Real sand would translate to small gravel in HO scale. When you reduce real sand by 1/87, you get powder. The only thing I have come up with so far is flour. But flour is too white and too dusty. Any ideas?

I see that Woodland Scenics offers a kind of model sand...

http://scenearama.woodlandscenics.com/show/Item/SP4189/page/1

but I need to see it in person and/or know what the particle dimensions are. Best I can tell from their picture, it looks too coarse-gained for HO scale sand.


----------



## DonR (Oct 18, 2012)

You are right, the W/S 'sand' does come across more
like gravel, but HO sand would be nearly powder. I am
using the w/s and also a product sold by Michaels to be
used for 'potting' fake plants. It comes in various
colors.

Some others have cited Arizona rock and mineral Co.'s
products. They may have better sand.

http://www.rrscenery.com/

There is a vendor at N Florida train shows who
has 'dirt'. The granules are closer to HO sand.
I hope to see him next Saturday at a show and
can ask if he makes 'sand'.

Don


----------



## tr1 (Mar 9, 2013)

*sand representations on layout ideas*

To represent sand on a layout, I recommend employing washes of the appropriate color. Here
again you have some choices. Either water based or oil based. Washes on set cured plaster. Oil based
(oil paints) mixed with mineral spirits probably would be the least expensive way to go. Just 
a couple of drops diluted with mineral spirits produces a manageable wash.W/S have the water based wash.Water based washes have less and safer odors (fumes).
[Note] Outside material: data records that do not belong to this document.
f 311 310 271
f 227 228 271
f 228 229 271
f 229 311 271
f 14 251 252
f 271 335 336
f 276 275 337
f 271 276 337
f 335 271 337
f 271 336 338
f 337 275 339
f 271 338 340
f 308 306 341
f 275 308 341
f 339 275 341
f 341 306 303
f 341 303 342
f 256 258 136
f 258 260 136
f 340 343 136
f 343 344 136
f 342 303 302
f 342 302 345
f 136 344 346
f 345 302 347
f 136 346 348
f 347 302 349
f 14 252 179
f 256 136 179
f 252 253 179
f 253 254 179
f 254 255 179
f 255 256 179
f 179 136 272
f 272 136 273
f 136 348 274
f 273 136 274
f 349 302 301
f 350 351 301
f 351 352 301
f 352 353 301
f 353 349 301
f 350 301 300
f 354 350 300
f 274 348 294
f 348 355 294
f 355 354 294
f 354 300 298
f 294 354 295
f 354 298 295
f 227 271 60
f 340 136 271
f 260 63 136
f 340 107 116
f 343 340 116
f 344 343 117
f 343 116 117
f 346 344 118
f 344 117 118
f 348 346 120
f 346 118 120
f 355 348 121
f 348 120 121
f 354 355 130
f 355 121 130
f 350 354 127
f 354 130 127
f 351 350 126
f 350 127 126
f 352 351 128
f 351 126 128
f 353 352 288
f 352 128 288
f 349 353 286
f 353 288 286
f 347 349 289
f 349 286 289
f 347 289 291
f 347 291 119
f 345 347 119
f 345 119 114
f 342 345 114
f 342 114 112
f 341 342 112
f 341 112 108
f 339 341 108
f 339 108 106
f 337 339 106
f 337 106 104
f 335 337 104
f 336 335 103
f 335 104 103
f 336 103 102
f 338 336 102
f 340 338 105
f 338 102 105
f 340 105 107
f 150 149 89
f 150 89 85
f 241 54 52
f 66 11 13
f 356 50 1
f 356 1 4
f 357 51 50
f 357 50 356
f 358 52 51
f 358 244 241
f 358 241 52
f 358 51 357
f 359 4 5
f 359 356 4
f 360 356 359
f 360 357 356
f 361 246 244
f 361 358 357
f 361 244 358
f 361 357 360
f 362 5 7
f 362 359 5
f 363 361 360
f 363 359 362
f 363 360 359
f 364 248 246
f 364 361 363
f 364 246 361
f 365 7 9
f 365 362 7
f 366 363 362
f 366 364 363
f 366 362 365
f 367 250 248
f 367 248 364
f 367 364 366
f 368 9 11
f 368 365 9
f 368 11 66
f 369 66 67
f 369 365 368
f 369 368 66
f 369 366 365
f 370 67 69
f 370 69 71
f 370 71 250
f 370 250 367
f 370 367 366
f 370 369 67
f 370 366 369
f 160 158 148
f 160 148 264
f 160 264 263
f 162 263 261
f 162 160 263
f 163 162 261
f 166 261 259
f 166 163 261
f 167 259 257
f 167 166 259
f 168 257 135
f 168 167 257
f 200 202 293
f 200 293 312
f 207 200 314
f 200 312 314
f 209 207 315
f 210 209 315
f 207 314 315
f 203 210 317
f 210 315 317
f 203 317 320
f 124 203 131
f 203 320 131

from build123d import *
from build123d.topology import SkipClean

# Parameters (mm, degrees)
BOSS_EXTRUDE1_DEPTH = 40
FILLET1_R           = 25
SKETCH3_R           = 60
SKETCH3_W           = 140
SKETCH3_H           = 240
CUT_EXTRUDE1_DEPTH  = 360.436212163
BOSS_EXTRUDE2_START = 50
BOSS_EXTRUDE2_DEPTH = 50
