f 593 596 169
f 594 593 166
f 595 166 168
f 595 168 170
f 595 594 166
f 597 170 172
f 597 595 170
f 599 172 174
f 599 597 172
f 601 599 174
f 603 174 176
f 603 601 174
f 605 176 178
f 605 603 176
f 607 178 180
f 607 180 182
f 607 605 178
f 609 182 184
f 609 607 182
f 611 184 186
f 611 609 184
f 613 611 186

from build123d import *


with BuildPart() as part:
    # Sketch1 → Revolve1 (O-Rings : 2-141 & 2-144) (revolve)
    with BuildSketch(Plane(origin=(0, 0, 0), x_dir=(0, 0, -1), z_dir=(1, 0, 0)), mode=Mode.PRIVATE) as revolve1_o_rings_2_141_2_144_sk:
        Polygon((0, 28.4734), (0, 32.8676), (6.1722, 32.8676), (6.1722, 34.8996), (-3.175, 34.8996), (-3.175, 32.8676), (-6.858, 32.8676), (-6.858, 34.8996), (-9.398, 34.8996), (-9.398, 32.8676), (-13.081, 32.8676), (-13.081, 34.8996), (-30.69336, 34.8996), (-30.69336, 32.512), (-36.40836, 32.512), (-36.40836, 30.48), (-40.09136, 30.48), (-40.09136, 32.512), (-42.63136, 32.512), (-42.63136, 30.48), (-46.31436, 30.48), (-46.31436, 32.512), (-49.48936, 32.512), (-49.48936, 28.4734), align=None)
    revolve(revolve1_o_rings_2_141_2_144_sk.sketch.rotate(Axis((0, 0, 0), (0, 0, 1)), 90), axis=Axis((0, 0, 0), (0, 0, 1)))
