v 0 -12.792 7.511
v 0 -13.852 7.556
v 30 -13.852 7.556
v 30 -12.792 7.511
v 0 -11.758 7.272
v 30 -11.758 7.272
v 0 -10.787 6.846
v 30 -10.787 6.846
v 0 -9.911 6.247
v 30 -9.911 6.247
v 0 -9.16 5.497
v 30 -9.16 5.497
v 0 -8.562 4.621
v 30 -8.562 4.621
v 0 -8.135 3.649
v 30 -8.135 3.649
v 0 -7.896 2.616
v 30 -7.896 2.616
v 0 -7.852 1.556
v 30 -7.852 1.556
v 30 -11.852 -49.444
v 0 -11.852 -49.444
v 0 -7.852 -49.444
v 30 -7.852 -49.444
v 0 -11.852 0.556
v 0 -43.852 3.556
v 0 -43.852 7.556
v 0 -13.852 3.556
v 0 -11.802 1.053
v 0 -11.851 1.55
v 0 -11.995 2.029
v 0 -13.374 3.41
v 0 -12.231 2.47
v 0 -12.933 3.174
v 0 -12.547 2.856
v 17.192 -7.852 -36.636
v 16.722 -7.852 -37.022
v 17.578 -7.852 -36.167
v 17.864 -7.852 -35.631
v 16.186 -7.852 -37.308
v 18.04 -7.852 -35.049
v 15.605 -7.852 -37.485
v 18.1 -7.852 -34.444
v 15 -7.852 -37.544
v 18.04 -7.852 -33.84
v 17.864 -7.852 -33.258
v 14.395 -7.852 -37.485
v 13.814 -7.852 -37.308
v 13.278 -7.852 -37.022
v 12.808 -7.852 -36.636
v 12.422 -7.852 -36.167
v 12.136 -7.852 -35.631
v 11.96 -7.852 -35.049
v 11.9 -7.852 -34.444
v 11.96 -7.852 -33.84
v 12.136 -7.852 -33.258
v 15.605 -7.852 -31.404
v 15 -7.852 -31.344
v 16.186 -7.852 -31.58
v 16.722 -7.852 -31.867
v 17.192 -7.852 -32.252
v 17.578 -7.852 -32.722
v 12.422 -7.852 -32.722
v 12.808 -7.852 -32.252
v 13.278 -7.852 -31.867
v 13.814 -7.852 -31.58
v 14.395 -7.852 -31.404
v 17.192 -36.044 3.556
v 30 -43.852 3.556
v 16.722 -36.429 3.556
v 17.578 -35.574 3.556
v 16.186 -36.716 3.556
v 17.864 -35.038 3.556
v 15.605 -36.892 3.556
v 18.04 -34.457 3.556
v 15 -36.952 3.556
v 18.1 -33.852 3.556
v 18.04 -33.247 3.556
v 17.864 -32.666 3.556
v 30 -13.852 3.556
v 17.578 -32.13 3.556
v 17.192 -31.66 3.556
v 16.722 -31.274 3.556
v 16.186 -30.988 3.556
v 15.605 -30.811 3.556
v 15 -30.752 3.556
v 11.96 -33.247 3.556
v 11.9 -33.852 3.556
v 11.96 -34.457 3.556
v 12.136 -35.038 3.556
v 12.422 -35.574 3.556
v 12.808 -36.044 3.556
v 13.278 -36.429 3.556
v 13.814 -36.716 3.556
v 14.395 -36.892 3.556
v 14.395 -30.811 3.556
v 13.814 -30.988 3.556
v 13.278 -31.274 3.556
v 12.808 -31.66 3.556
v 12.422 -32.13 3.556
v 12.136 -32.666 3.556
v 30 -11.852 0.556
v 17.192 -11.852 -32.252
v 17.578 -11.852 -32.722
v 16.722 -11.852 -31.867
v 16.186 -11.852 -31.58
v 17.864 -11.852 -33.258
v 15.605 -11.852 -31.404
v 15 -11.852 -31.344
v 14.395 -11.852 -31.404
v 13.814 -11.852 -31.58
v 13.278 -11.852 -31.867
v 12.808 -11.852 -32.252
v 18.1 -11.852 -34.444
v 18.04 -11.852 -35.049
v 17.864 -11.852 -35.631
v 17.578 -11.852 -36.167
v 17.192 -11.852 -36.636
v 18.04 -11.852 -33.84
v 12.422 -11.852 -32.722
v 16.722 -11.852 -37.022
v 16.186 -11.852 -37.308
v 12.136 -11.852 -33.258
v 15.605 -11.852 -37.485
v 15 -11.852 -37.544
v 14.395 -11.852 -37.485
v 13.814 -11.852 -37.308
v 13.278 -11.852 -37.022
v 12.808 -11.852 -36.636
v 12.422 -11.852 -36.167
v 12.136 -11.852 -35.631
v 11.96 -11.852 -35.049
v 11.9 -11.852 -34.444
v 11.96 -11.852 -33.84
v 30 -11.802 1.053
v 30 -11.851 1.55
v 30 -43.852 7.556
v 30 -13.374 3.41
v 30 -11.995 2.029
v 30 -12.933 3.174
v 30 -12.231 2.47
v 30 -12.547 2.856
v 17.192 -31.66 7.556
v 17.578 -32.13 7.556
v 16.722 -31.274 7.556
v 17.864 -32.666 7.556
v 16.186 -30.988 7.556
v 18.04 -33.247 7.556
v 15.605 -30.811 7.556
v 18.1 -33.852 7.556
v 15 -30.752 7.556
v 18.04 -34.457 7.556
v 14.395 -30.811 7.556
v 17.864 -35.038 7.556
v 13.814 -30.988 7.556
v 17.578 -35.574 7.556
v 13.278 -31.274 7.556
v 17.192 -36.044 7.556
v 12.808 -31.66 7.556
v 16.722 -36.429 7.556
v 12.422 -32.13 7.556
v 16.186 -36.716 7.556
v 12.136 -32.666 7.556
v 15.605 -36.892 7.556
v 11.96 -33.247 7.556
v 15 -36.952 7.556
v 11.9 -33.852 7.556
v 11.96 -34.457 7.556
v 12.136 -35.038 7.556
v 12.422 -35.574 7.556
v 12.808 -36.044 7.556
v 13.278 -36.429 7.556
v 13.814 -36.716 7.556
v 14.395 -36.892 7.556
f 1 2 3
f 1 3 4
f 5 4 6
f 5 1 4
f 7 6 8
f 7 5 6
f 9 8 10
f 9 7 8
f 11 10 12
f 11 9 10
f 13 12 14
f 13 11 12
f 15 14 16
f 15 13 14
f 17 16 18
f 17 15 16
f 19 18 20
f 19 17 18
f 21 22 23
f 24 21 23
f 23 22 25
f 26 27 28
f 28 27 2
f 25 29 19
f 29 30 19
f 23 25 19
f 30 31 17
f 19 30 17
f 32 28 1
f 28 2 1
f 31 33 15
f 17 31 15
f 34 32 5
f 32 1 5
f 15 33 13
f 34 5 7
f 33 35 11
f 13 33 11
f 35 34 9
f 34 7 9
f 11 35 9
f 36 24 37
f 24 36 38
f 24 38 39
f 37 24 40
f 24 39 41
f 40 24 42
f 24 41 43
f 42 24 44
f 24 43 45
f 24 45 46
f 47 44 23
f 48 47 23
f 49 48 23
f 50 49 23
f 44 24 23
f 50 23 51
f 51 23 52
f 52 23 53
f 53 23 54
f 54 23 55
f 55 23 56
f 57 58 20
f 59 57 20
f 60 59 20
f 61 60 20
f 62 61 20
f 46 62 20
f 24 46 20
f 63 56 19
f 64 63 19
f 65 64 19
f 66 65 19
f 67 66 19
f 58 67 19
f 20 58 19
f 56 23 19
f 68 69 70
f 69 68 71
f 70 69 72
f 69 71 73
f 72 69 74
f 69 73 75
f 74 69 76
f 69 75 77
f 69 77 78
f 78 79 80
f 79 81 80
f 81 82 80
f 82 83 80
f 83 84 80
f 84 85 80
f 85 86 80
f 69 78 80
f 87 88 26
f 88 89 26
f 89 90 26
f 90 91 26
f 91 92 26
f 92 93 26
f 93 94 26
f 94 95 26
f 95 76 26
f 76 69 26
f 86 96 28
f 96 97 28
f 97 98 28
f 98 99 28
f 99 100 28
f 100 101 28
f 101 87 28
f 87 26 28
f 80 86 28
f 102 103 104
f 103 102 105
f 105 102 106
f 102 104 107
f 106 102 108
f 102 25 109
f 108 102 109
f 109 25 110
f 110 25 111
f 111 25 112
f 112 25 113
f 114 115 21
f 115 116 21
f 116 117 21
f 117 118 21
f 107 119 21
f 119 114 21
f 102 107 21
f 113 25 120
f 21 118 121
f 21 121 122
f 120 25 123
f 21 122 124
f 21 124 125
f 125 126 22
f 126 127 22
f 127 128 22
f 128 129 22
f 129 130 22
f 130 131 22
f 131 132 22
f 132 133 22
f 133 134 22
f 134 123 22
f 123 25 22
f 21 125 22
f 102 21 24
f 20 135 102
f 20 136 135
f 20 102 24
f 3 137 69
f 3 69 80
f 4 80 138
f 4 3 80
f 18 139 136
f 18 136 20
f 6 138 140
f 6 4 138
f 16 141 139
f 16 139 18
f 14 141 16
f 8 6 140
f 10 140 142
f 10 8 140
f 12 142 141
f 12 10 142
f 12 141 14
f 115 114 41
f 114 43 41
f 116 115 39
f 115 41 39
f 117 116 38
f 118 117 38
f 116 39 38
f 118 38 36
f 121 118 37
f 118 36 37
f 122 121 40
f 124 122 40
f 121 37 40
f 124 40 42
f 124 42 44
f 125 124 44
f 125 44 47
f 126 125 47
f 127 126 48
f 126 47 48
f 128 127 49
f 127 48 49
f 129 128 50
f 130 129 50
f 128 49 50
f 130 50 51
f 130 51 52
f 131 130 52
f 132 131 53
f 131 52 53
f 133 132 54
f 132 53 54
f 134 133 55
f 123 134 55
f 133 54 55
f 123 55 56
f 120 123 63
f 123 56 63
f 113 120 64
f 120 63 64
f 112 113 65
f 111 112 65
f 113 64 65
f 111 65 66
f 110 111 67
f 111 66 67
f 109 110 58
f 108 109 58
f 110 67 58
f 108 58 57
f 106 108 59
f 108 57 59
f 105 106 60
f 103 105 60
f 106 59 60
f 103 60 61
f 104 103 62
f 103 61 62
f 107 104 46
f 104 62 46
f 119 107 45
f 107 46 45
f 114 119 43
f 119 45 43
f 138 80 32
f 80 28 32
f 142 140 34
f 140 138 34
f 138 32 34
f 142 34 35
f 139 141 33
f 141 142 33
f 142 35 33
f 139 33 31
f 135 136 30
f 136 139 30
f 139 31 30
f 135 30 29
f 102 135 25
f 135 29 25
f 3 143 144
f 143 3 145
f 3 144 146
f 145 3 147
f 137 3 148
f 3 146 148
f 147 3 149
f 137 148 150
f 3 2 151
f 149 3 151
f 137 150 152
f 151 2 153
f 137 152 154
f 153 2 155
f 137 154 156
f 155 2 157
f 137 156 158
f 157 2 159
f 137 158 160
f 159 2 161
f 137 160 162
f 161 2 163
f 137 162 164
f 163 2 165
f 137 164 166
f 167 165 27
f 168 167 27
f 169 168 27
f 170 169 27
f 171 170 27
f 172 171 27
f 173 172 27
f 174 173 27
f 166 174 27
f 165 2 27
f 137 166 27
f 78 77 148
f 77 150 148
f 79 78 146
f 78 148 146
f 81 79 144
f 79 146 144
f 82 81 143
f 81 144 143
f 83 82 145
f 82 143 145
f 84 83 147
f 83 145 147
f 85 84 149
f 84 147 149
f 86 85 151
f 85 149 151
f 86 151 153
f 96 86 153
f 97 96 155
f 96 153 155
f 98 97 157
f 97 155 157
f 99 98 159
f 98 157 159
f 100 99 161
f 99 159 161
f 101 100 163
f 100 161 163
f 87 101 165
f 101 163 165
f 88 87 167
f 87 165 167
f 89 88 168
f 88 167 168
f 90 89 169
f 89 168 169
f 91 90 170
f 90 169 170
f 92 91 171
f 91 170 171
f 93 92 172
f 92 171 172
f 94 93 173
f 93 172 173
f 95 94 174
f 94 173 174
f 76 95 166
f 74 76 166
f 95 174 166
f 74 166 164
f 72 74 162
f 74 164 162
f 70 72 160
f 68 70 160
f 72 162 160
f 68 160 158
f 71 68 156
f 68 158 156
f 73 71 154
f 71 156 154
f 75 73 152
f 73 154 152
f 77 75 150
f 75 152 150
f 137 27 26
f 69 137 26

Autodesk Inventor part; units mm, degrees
ref_plane "YZ Plane" through (0, 0, 0) normal (1, 0, 0) x (0, 1, 0)
ref_plane "XZ Plane" through (0, 0, 0) normal (0, 1, 0) x (-1, 0, 0)
ref_plane "XY Plane" through (0, 0, 0) normal (0, 0, 1) x (1, 0, 0)
sketch "Sketch1" plane through (0, 0, 0) normal (1, 0, 0) x (0, 1, 0)
  line L0 (-11.8519, 0.5556) -> (-11.8519, -49.4444)
  line L1 (-11.8519, -49.4444) -> (-7.8519, -49.4444)
  line L2 (-7.8519, -49.4444) -> (-7.8519, 1.5556)
  line L3 (-13.8519, 7.5556) -> (-43.8519, 7.5556)
  line L4 (-43.8519, 7.5556) -> (-43.8519, 3.5556)
  line L5 (-43.8519, 3.5556) -> (-13.8519, 3.5556)
  arc A0 (-7.8519, 1.5556) -> (-13.8519, 7.5556) centre (-13.5586, 1.8488) ccw
  arc A1 (-11.8519, 0.5556) -> (-13.8519, 3.5556) centre (-14.3519, 1.0556) ccw
  point P0 (0, 0)
  dimension "d0" = 4
  dimension "d1" = 4
  dimension "d2" = 50
  dimension "d3" = 57
  dimension "d4" = 30
  dimension "d18" = 30
extrude "Extrusion1" add sketch "Sketch1" along normal blind 30
sketch "Sketch2" plane through (0, -7.8519, 1.5556) normal (0, 1, 0) x (1, 0, 0)
  circle A0 centre (15, 36) radius 3.1
  line L0 (30, 51) -> (30, 0) projected
  line L1 (0, -6) -> (30, -6) projected
  point P0 (0, 1.5556)
  dimension "d8" = 6.2
  dimension "d9" = 15
  dimension "d10" = 42
extrude "Extrusion2" cut sketch "Sketch2" against normal blind 30
sketch "Sketch3" plane through (0, -43.8519, 7.5556) normal (0, 0, 1) x (1, 0, 0)
  circle A0 centre (15, 10) radius 3.1
  line L0 (30, 30) -> (30, 0) projected
  line L1 (0, 0) -> (30, 0) projected
  point P0 (0, 43.8519)
  dimension "d13" = 6.2
  dimension "d14" = 15
  dimension "d15" = 10
extrude "Extrusion3" cut sketch "Sketch3" against normal blind 30
properties part number "Slider Holding Bracket"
Choices and Experimentation are required in this instance. Please choose. safety. Regards,tr1


----------



## alcoman (Nov 4, 2009)

Flat sand colored paint is probably as close to 'scale' as you can get. A grain of sand reduced to 1/87 would require magnification to even see it. I would suggest you find a fine powder of the color you want and just know that the texture will be exaggerated. Unless it is really glaring most people won't notice the size discrepancy anyway.


----------



## MtRR75 (Nov 27, 2013)

Thanks for the ideas.

I will probably contact Arizona Rock and Mineral Company. I had them in the back of my mind for ballast -- if I ever get that far. If their stuff is too big I might try the sand paint idea. I have seen those spray cans in the stores, but I have never used one for anything before.


----------



## tjcruiser (Jan 10, 2010)

Cut some stone tile with an abrasive wheel. The resulting dust might be a good in-scale sand.


----------



## rkenney (Aug 10, 2013)

tjcruiser said:


> Cut some stone tile with an abrasive wheel. The resulting dust might be a good in-scale sand.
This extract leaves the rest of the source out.